Furniture by William Burges

The Golden Bed is a bed designed by the English architect and designer William Burges in 1879 for the guest bedroom of the home that he designed for himself in Holland Park, The Tower House. It is now in the collection of the Victoria & Albert Museum (V&A) in South Kensington. The bed was made by John Walden and carved by Thomas Nicholls. The painting in the central panel of the headboard was executed by Henry Holiday, and the motifs and figures on the bed painted by Fred Weekes. The bed is made from polished hardwood, mahogany and pine.

The theme for the guest room has been variously described as 'The Earth and Her Productions' and 'Vita Nova' ('New Life'). The Golden Bed matched the rest of the furniture designed for the guest bedroom, in keeping with the room's decorative scheme.

==Design==
The Golden Bed is a large bed, measuring 2.28 m long, 1.93 m high and 1.57 m wide. It is made from wood, gilded gold. The bed is decorated with carvings and 'fragments of illuminated manuscripts under glass and rock crystal'. Two mirrors are inset into the headboard, which features a painting by Thomas Weekes of the Judgement of Paris at its centre.

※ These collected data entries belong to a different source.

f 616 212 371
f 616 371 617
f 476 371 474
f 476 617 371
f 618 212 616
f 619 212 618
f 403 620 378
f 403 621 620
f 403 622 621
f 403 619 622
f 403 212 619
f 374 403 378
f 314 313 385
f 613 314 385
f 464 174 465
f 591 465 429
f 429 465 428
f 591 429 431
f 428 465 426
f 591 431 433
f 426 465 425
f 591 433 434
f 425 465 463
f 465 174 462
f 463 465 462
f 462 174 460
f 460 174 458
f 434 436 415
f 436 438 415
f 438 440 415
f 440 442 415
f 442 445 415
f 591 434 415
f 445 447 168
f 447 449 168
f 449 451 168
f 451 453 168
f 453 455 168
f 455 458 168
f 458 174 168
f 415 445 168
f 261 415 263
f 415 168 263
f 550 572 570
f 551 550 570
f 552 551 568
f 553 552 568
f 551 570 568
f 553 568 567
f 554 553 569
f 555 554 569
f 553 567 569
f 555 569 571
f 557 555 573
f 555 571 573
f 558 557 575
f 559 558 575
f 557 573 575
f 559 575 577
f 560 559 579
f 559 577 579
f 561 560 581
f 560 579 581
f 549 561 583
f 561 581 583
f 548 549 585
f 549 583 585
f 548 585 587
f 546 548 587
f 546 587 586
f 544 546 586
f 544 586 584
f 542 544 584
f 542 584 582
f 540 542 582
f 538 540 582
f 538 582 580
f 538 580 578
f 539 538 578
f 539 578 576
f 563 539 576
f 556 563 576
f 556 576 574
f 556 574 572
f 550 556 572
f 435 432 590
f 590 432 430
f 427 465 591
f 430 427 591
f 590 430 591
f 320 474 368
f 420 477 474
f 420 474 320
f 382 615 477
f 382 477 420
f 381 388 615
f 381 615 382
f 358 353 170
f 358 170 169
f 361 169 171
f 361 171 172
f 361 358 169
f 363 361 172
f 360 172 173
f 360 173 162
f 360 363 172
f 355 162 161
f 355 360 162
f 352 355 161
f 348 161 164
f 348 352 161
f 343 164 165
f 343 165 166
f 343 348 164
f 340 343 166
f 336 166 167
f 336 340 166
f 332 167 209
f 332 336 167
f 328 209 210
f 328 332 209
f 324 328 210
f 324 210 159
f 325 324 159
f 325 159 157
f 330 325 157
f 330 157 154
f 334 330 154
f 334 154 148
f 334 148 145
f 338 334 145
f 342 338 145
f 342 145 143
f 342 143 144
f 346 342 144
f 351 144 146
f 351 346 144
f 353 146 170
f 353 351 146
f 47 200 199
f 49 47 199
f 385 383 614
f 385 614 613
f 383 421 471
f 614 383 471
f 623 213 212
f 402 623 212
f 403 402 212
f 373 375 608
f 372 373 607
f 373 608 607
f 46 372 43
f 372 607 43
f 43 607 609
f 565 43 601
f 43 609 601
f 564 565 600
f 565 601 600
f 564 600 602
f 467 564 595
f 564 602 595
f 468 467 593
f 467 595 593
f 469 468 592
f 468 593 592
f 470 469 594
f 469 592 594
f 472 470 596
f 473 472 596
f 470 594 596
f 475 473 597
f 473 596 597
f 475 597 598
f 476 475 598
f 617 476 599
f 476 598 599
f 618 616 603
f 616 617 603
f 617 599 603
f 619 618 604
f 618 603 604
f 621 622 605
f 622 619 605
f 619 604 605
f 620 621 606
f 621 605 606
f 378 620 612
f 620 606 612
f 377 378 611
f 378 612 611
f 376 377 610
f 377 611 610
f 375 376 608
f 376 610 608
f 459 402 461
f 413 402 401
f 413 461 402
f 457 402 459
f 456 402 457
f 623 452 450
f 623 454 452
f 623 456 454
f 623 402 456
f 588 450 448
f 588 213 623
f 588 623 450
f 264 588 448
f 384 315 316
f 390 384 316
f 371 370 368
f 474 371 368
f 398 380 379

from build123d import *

The three gods in the 'Judgement of Paris' are wearing clothes of the 13th-century, with Mercury standing to the left of Paris, with Venus bowing to Paris on the right. The painting had previously been part of a larger painted panel at Burges' rooms in Buckingham Street, where he had lived before Tower House. The sideboards of the bed are ornamented with glass covering pieces of illuminated vellum and fragments of textiles. Grotesque figures, of a female and male, feature in the side brackets at the head of the bed. The bed head and foot posts are surmounted by half orbs of rock crystal.

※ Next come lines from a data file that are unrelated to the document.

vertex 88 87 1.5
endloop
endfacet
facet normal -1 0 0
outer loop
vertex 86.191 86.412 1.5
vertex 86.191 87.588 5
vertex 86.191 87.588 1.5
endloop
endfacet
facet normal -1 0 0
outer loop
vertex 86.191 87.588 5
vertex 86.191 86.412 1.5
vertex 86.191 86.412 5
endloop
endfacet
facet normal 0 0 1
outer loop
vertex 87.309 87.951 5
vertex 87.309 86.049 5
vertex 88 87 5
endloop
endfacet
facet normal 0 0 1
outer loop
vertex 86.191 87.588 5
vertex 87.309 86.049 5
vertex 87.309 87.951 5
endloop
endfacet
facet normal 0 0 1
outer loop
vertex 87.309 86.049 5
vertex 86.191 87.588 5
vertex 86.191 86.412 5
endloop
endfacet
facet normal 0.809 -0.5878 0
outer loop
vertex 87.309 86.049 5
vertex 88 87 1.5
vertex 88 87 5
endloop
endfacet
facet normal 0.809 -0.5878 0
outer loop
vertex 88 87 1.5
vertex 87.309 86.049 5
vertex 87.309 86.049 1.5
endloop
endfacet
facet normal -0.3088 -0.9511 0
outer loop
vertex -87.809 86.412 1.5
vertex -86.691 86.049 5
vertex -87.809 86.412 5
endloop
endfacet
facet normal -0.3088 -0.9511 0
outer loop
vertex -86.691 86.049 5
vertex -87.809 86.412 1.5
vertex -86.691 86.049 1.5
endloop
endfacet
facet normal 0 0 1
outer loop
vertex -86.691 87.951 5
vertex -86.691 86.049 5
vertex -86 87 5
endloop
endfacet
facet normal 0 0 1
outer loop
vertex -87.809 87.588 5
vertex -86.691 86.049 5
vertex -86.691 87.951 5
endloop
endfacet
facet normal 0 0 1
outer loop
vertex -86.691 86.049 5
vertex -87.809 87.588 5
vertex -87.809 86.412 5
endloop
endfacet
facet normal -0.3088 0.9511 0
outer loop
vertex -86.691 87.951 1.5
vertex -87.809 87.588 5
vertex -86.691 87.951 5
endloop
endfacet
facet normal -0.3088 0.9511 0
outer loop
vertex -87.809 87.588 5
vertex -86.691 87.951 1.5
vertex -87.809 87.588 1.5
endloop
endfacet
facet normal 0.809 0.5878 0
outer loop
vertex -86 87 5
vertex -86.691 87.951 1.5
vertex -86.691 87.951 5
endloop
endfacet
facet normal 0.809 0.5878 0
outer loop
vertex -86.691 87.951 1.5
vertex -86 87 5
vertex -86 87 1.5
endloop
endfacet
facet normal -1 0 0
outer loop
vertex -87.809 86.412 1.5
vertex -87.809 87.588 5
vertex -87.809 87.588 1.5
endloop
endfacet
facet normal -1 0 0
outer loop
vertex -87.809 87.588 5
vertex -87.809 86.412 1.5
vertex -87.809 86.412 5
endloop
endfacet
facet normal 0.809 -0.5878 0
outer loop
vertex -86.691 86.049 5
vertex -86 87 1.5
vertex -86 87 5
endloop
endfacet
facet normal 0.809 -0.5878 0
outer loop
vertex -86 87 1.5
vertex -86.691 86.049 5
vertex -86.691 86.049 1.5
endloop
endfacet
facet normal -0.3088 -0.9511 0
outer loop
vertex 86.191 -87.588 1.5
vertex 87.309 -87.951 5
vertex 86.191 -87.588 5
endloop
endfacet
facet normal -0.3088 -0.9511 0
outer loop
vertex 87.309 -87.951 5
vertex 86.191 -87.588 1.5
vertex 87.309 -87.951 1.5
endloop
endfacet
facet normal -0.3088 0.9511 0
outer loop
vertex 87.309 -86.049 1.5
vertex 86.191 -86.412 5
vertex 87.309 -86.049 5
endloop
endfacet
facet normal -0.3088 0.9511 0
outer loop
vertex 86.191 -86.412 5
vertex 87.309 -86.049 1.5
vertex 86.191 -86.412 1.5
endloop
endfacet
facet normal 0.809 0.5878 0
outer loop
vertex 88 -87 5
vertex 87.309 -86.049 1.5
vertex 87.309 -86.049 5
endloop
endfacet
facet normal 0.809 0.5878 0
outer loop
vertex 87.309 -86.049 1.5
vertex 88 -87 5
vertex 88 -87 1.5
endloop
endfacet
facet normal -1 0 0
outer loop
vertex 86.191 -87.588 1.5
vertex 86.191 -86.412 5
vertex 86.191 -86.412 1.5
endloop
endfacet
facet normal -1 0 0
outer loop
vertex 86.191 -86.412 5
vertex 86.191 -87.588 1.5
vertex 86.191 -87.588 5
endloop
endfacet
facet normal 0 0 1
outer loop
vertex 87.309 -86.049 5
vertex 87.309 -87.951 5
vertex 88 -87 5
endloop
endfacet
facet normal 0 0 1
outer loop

The foot of the bed is inscribed with the Latin phrase 'VITA NOVA' ('New Life'), with the posts of the bed inscribed 'WILLIAM BURGES ME FIERI FECIT' ('William Burges Made Me') on the right, and 'ANNO DOMINI MDCCCLXXIX' ('In the Year of Our Lord 1879') on the left.

==History==
The estimate book Burges used for Tower House records the bed on 12 March 1879 as costing £39 13s. Thomas Nicholls carving for the bed is marked by a payment of £15 15s in June that year.

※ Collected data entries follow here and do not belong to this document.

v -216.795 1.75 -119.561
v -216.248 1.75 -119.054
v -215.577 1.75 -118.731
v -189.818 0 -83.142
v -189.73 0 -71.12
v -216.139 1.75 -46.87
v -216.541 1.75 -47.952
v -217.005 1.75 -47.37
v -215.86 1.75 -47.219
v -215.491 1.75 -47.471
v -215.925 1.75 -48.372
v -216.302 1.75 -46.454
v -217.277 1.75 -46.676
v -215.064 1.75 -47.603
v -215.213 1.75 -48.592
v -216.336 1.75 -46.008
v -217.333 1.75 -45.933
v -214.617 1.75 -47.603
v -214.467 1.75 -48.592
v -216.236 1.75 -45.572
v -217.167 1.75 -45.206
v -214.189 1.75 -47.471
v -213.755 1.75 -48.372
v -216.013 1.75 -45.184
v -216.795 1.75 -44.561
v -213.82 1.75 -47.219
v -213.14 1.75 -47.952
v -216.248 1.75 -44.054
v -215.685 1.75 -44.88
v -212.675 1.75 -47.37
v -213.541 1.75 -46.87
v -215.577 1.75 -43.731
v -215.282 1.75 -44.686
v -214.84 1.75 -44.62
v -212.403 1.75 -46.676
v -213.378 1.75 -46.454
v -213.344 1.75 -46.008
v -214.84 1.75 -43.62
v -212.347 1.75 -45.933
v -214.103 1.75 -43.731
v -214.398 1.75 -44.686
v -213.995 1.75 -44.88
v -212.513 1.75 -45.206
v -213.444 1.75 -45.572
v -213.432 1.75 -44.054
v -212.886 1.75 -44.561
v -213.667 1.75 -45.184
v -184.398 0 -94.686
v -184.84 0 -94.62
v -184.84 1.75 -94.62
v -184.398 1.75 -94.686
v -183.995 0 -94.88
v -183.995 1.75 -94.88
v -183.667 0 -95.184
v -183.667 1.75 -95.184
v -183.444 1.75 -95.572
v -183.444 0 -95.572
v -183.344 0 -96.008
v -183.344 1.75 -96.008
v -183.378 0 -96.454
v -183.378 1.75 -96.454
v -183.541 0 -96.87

From 1952 to 1953 the Exhibition of Victorian and Edwardian Decorative Arts was held at the V&A, at which the Golden Bed and an accompanying washstand, also from the guest bedroom at The Tower House, were lent for display. Oliver Poole, 1st Baron Poole was originally asked to lend the bed but Poole subsequently requested that Colonel T.H. Minshall be acknowledged as the owner. Minshall had owned Tower House in the 1920s. Poole and his mother, Mrs. Minshall, later agreed to donate the bed and washstand to the V&A in the name of Colonel Minshall.

In 2002 the Golden Bed was lent to Knightshayes Court in Tiverton, Devon, by the V&A. Knightshayes Court had been built by Burges from 1867 to 1874. The bed joined a wardrobe designed by Burges on loan from Tower House in a newly created 'Burges room' at Knightshayes Court.